1. Magnetic induction intensity
Magnetic induction intensity is a physical quantity used to describe the properties of the magnetic field, expressed by B, the direction of B at a point in the magnetic field is the direction of the magnetic field at the point, and the size of B indicates the strength of the magnetic field at the point.
In the SI system of units (International System of Units), the unit of magnetic induction strength is [volts · second/meter 2], and [volts]·[second] is called Weber, so the unit of magnetic induction strength is called [Weber/meter 2] or [Tesla], referred to as [T], in the CGSM system of units, the unit of magnetic induction strength is [Gauss]. The units are denoted by symbols: V is [volts], s is [seconds], m is [meters], Wb is [Weber], T is [T], Gs is [Gauss], mT is [millite].

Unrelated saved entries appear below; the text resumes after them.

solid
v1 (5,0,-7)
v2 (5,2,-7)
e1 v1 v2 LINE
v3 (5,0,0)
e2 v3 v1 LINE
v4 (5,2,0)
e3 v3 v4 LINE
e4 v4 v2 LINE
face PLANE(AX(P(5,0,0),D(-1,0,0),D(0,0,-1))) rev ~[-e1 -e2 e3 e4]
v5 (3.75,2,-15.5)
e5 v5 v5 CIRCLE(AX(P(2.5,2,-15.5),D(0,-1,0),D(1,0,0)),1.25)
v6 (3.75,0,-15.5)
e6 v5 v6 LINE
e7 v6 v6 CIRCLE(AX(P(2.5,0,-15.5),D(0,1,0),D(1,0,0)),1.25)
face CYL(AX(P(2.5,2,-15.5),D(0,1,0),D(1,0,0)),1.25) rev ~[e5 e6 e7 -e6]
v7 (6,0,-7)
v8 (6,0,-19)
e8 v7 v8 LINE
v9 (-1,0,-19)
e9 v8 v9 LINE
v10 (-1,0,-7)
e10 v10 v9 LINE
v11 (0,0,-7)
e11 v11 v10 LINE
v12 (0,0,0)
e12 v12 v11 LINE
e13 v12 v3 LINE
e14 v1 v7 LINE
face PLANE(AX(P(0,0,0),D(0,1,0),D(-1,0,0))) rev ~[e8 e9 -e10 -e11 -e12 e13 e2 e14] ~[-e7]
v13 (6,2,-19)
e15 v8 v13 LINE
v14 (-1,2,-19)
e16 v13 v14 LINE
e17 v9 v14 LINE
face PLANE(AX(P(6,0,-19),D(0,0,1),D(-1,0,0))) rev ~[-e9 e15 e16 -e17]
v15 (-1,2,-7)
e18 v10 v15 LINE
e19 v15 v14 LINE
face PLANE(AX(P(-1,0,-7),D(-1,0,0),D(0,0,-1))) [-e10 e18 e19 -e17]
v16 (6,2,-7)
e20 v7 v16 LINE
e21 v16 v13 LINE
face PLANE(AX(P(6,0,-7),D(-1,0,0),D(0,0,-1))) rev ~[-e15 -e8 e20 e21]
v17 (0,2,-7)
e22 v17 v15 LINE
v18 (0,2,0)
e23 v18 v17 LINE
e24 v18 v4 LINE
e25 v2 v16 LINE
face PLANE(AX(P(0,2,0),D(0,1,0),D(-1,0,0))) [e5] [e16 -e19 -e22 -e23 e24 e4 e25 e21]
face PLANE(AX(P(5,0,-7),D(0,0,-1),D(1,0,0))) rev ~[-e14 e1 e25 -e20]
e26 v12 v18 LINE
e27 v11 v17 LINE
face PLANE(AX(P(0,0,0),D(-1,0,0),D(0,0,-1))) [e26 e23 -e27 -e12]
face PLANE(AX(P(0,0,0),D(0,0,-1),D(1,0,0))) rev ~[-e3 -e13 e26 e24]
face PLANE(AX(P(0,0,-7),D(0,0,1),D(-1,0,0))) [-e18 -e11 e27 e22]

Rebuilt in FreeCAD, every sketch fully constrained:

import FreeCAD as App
import Part
import Sketcher

V = App.Vector

doc = App.newDocument("Part")
body = doc.addObject("PartDesign::Body", "Body")

# Sketch on XZ plane
sketch1 = doc.addObject("Sketcher::SketchObject", "Sketch")
body.addObject(sketch1)
sketch1.AttachmentSupport = (doc.XZ_Plane, [""])
sketch1.MapMode = "FlatFace"
sketch1.addGeometry(Part.LineSegment(V(0, -7, 0), V(0, 0, 0)), False)
sketch1.addGeometry(Part.LineSegment(V(0, 0, 0), V(5, 0, 0)), False)
sketch1.addGeometry(Part.LineSegment(V(5, 0, 0), V(5, -7, 0)), False)
sketch1.addGeometry(Part.LineSegment(V(5, -7, 0), V(6, -7, 0)), False)
sketch1.addGeometry(Part.LineSegment(V(6, -7, 0), V(6, -19, 0)), False)
sketch1.addGeometry(Part.LineSegment(V(6, -19, 0), V(-1, -19, 0)), False)
sketch1.addGeometry(Part.LineSegment(V(-1, -19, 0), V(-1, -7, 0)), False)
sketch1.addGeometry(Part.LineSegment(V(-1, -7, 0), V(0, -7, 0)), False)
sketch1.addConstraint(Sketcher.Constraint("Coincident", 0, 2, 1, 1))
sketch1.addConstraint(Sketcher.Constraint("Coincident", 1, 2, 2, 1))
sketch1.addConstraint(Sketcher.Constraint("Coincident", 2, 2, 3, 1))
sketch1.addConstraint(Sketcher.Constraint("Coincident", 3, 2, 4, 1))
sketch1.addConstraint(Sketcher.Constraint("Coincident", 4, 2, 5, 1))
sketch1.addConstraint(Sketcher.Constraint("Coincident", 5, 2, 6, 1))
sketch1.addConstraint(Sketcher.Constraint("Coincident", 6, 2, 7, 1))
sketch1.addConstraint(Sketcher.Constraint("Coincident", 7, 2, 0, 1))
sketch1.addConstraint(Sketcher.Constraint("Vertical", 0))
sketch1.addConstraint(Sketcher.Constraint("Horizontal", 1))
sketch1.addConstraint(Sketcher.Constraint("Vertical", 2))
sketch1.addConstraint(Sketcher.Constraint("Horizontal", 3))
sketch1.addConstraint(Sketcher.Constraint("Vertical", 4))
sketch1.addConstraint(Sketcher.Constraint("Horizontal", 5))
sketch1.addConstraint(Sketcher.Constraint("Vertical", 6))
sketch1.addConstraint(Sketcher.Constraint("Horizontal", 7))
sketch1.addConstraint(Sketcher.Constraint("Coincident", 0, 2, -1, 1))
sketch1.addConstraint(Sketcher.Constraint("Horizontal", 3, 2, 6, 2))
sketch1.addConstraint(Sketcher.Constraint("Equal", 3, 7))
sketch1.addConstraint(Sketcher.Constraint("Equal", 5, 0))
sketch1.addConstraint(Sketcher.Constraint("DistanceX", 1, 1, 1, 2, 5.0))
sketch1.addConstraint(Sketcher.Constraint("DistanceX", 3, 1, 3, 2, 1.0))
sketch1.addConstraint(Sketcher.Constraint("DistanceY", 4, 2, 4, 1, 12.0))
pad1 = doc.addObject("PartDesign::Pad", "Pad")
body.addObject(pad1)
pad1.Profile = sketch1
pad1.Length = 2
pad1.Reversed = True

# Sketch on XZ plane
sketch2 = doc.addObject("Sketcher::SketchObject", "Sketch001")
body.addObject(sketch2)
sketch2.AttachmentSupport = (doc.XZ_Plane, [""])
sketch2.MapMode = "FlatFace"
sketch2.AttachmentOffset = App.Placement(V(0, 0, -2), App.Rotation())
sketch2.addGeometry(Part.Circle(V(2.5, -15.5, 0), V(0, 0, 1), 1.2), False)
sketch2.addConstraint(Sketcher.Constraint("Diameter", 0, 2.5))
sketch2.addConstraint(Sketcher.Constraint("DistanceX", -1, 1, 0, 3, 2.5))
sketch2.addConstraint(Sketcher.Constraint("DistanceY", 0, 3, -1, 1, 15.5))
pocket1 = doc.addObject("PartDesign::Pocket", "Pocket")
body.addObject(pocket1)
pocket1.Profile = sketch2
pocket1.Length = 2
pocket1.Reversed = True

doc.recompute()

1T = 1Wb/m2=104Gs=103mT (1)
2, magnetic line of force, magnetic flux and magnetic flux continuity theorem
Magnetic field is depicted graphically with magnetic field lines. The magnetic field lines of various magnetic fields generated by current are shown in Figure 1. Magnetic field lines are headless and tailless closed lines surrounding the current, and the direction of current and the direction of return of magnetic field line conform to the right-hand rule.
We specify that the tangent direction of any point of the magnetic field line is the direction of the magnetic field (i.e., B) at that point, and that the number of magnetic field lines per unit area perpendicular to the B vector is equal to the magnitude of the B vector at that point. In other words, where the magnetic field is strong, the magnetic field line is denser, and where the magnetic field is weak, the magnetic field line is thinner.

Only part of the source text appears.